Among the key findings: The U.S. imports $3 trillion in manufactured goods annually. Roughly 25% of that represents an “Achilles’ heel”—products vital to national security that suffer from tight supply concentration or originate from geopolitically distant trading partners. Running all current American factories at maximum sustainable capacity would unlock $660 billion in extra output. But 80% of that capacity sits in transport equipment, metals, chemicals, and paper — meaning a full ramp-up would barely touch the high-tech dependencies the report flags as most exposed.

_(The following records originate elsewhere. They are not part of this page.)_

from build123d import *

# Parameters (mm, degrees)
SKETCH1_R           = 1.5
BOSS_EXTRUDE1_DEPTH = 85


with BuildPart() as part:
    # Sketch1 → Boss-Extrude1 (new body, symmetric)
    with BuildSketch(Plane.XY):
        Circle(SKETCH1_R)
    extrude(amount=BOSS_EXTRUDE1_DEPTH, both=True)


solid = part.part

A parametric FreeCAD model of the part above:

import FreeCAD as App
import Part
import Sketcher
from FreeCAD import Vector

doc = App.newDocument("Part")
body = doc.addObject("PartDesign::Body", "Body")

# Sketch on XY plane
sketch1 = body.newObject("Sketcher::SketchObject", "Sketch")
sketch1.AttachmentSupport = (doc.getObject("XY_Plane"), [""])
sketch1.MapMode = "FlatFace"
sketch1.addGeometry(Part.Circle(Vector(0, 0, 0), Vector(0, 0, 1), 1.5), False)
sketch1.addConstraint([
    Sketcher.Constraint("Coincident", 0, 3, -1, 1),
    Sketcher.Constraint("Diameter", 0, 3.0),
])
pad1 = body.newObject("PartDesign::Pad", "Pad")
pad1.Profile = sketch1
pad1.Length = 170
pad1.Midplane = True

doc.recompute()
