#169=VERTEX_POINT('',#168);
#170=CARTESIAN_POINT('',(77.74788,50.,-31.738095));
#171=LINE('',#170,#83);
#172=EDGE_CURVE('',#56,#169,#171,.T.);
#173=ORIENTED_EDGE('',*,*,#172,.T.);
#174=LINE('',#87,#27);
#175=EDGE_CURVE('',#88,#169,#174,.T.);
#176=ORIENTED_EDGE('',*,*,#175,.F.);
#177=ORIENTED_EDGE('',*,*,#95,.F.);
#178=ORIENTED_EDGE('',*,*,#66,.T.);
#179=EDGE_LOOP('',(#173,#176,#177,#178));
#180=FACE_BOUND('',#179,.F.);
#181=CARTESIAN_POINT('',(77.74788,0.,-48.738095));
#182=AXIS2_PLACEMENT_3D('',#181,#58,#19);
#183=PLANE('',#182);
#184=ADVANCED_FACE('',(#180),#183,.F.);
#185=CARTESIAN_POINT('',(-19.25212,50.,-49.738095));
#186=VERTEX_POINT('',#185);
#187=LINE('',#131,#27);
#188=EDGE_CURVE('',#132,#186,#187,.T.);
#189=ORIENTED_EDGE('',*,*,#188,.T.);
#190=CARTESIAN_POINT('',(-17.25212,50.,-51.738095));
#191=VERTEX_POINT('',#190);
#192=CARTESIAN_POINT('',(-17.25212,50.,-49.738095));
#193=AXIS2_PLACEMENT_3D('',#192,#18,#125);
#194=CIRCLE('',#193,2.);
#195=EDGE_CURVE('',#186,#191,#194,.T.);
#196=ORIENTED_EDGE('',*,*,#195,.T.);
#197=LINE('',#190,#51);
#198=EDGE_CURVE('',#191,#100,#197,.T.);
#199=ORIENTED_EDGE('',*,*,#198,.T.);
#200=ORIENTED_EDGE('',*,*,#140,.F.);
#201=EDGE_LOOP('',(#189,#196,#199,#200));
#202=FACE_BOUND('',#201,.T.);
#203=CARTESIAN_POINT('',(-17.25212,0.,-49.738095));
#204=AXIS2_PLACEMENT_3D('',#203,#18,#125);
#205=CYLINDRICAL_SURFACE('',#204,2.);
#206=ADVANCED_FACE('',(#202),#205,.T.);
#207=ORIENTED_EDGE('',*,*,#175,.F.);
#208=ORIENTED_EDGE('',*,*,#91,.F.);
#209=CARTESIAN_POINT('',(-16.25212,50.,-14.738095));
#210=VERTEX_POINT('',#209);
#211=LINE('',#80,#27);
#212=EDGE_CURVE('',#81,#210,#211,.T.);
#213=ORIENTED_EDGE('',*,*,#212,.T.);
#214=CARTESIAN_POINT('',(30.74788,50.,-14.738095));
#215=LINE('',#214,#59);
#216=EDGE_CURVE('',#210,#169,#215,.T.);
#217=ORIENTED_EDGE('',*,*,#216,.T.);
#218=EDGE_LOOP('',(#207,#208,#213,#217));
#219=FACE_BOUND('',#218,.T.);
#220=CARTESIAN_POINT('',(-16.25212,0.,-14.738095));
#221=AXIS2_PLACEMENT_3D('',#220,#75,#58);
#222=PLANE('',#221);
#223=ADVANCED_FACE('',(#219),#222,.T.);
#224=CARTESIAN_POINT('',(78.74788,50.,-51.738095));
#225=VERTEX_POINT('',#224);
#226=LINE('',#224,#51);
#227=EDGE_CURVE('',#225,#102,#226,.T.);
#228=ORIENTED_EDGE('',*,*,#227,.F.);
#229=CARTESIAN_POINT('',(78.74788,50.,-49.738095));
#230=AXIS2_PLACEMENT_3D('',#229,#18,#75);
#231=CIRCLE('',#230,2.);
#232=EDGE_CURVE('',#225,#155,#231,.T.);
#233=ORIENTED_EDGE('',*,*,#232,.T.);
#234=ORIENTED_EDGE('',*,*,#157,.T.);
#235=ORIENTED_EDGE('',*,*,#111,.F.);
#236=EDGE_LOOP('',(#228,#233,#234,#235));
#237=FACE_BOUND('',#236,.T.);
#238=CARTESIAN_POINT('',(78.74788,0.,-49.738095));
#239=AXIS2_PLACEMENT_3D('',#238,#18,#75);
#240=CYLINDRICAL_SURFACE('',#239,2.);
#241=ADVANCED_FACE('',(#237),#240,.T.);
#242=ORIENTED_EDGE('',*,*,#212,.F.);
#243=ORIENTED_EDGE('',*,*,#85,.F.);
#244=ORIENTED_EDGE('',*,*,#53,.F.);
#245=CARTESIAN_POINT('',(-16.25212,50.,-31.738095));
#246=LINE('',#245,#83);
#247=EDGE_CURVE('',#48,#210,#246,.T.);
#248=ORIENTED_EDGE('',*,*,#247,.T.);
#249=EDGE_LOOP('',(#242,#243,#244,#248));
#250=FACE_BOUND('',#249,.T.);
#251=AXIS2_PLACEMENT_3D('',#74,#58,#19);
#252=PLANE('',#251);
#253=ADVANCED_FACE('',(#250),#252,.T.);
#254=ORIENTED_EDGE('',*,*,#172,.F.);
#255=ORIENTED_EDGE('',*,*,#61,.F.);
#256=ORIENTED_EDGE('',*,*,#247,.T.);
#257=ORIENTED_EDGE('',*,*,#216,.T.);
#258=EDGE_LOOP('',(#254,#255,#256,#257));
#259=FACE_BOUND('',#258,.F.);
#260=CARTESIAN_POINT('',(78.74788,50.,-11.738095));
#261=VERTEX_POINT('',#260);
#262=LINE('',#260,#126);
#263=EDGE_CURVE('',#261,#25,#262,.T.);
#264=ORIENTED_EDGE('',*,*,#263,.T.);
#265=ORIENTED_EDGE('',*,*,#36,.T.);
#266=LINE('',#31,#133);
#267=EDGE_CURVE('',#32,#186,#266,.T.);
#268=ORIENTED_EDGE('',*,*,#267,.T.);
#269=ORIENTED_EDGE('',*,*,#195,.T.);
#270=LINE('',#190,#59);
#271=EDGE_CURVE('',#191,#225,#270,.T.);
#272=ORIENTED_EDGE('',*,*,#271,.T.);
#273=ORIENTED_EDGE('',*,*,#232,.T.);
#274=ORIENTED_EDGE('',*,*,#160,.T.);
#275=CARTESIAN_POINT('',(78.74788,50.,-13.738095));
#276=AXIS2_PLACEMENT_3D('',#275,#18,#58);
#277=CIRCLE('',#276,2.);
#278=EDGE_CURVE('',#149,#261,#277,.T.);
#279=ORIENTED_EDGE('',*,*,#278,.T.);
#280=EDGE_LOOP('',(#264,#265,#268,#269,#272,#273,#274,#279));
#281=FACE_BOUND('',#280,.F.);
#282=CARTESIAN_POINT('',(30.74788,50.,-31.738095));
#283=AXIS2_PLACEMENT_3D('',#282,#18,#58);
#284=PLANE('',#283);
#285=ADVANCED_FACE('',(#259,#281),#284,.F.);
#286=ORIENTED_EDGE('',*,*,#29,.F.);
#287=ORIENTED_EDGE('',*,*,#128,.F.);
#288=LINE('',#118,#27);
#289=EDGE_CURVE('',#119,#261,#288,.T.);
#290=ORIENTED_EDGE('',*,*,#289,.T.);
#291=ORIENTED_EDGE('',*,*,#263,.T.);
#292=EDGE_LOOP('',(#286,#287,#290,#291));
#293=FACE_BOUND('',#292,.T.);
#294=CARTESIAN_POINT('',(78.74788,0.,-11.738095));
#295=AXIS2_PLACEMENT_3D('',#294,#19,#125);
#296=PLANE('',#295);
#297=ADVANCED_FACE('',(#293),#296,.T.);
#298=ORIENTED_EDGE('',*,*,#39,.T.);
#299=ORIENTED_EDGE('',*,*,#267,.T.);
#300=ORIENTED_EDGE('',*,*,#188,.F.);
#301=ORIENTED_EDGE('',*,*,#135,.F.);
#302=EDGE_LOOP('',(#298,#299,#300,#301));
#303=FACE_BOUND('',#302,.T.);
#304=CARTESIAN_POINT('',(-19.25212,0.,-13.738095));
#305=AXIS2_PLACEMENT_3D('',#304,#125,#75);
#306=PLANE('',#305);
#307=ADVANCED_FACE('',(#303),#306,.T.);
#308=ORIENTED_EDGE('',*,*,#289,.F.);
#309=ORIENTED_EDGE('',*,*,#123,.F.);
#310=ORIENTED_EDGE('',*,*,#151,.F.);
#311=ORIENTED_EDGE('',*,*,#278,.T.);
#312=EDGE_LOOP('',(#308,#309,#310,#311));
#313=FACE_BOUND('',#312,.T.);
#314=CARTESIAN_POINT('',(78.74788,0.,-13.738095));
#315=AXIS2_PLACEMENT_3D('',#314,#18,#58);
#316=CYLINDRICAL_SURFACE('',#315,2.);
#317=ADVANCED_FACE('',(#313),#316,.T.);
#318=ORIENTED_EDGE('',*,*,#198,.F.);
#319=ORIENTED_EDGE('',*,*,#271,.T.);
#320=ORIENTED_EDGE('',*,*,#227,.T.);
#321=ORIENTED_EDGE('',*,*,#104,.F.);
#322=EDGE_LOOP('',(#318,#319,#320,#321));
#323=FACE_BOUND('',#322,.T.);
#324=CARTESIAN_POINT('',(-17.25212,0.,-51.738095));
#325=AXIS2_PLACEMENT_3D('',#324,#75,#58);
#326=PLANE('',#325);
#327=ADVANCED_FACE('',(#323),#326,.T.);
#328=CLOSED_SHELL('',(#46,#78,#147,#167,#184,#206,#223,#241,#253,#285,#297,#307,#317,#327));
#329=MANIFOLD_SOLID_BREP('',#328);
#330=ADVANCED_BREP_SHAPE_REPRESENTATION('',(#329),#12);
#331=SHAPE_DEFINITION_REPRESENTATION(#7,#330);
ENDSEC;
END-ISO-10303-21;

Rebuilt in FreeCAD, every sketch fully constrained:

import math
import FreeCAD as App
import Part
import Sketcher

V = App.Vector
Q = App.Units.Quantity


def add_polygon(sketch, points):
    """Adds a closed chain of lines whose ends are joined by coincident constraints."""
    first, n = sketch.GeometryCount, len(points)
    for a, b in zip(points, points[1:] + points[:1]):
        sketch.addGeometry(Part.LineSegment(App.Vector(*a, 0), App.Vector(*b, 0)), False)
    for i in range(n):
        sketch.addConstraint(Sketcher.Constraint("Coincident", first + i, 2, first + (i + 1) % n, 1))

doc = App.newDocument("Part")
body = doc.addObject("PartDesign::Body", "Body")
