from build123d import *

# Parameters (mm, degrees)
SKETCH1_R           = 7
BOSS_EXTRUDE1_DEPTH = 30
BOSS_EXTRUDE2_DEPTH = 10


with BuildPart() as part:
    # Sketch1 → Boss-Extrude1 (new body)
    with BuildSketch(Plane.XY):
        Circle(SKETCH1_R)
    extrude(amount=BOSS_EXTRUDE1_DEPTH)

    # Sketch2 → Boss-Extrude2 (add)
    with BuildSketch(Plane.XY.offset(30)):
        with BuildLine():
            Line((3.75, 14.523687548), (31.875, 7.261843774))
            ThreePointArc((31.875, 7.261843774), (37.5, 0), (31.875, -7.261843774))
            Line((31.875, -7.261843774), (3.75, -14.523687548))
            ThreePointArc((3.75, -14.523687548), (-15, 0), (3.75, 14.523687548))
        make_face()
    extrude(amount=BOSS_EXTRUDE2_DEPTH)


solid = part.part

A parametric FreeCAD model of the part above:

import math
import FreeCAD as App
import Part
import Sketcher
from FreeCAD import Vector

doc = App.newDocument("Part")
params = doc.addObject("Spreadsheet::Sheet", "Params")
for row, (alias, value) in enumerate([
    ("sketch1_diameter", "14 mm"),
    ("pad1_length", "30 mm"),
    ("sketch2_radius", "15 mm"),
    ("sketch2_radius2", "7.5 mm"),
    ("pad2_length", "10 mm"),
], start=1):
    params.set(f"A{row}", alias)
    params.set(f"B{row}", "=" + value)
    params.setAlias(f"B{row}", alias)

body = doc.addObject("PartDesign::Body", "Body")

# Sketch on XY plane
sketch1 = body.newObject("Sketcher::SketchObject", "Sketch")
sketch1.AttachmentSupport = (doc.getObject("XY_Plane"), [""])
sketch1.MapMode = "FlatFace"
sketch1.addGeometry(Part.Circle(Vector(0, 0, 0), Vector(0, 0, 1), 7), False)
sketch1.addConstraint([
    Sketcher.Constraint("Coincident", 0, 3, -1, 1),
    Sketcher.Constraint("Diameter", 0, 14.0),
])
sketch1.setExpression("Constraints[1]", "Params.sketch1_diameter")
pad1 = body.newObject("PartDesign::Pad", "Pad")
pad1.Profile = sketch1
pad1.setExpression("Length", "Params.pad1_length")

# Sketch on XY plane
sketch2 = body.newObject("Sketcher::SketchObject", "Sketch001")
sketch2.AttachmentSupport = (doc.getObject("XY_Plane"), [""])
sketch2.MapMode = "FlatFace"
sketch2.AttachmentOffset = App.Placement(Vector(0, 0, 30), App.Rotation())
sketch2.addGeometry([
    Part.LineSegment(Vector(32, 7, 0), Vector(4, 15, 0)),
    Part.ArcOfCircle(Part.Circle(Vector(0, 0, 0), Vector(0, 0, 1), 15), math.radians(76), math.radians(284)),
    Part.LineSegment(Vector(4, -15, 0), Vector(32, -7, 0)),
    Part.ArcOfCircle(Part.Circle(Vector(30, 0, 0), Vector(0, 0, 1), 8), math.radians(-76), math.radians(76)),
], False)
sketch2.addConstraint([
    Sketcher.Constraint("Tangent", 0, 2, 1, 1),
    Sketcher.Constraint("Tangent", 1, 2, 2, 1),
    Sketcher.Constraint("Tangent", 2, 2, 3, 1),
    Sketcher.Constraint("Tangent", 3, 2, 0, 1),
    Sketcher.Constraint("Coincident", 1, 3, -1, 1),
    Sketcher.Constraint("PointOnObject", 3, 3, -1),
    Sketcher.Constraint("Radius", 1, 15.0),
    Sketcher.Constraint("Radius", 3, 7.5),
    Sketcher.Constraint("DistanceX", -1, 1, 3, 3, 30.0),
])
sketch2.setExpression("Constraints[6]", "Params.sketch2_radius")
sketch2.setExpression("Constraints[7]", "Params.sketch2_radius2")
pad2 = body.newObject("PartDesign::Pad", "Pad001")
pad2.Profile = sketch2
pad2.setExpression("Length", "Params.pad2_length")

doc.recompute()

Going deeperHere are four Fortune weekend reads:
“Meta laid off 10% of its workforce as Mark Zuckerberg warns that in the AI race ‘success isn’t a given’” —Marco Quiroz-Gutierrez
“Jeff Bezos wants the bottom half of earners to pay zero income tax—he says nurses making just $75K should save $12K a year” —Preston Fore
“While other tech CEOs warn of mass job losses, Glean’s chief says AI will never replace a single worker” —Emma Burleigh
“How Coach became Gen Z’s favorite affordable luxury handbag brand” —Phil Wahba
Overheard
“There is one chip in the world fueling the AI revolution and it’s Nvidia.”
—Wedbush Securities analysts wrote in an investor note this week regarding Nvidia’s earnings report for the first quarter ended April 26. The company reported record revenue of $81.6 billion, up 20% from the previous quarter and 85% year-over-year.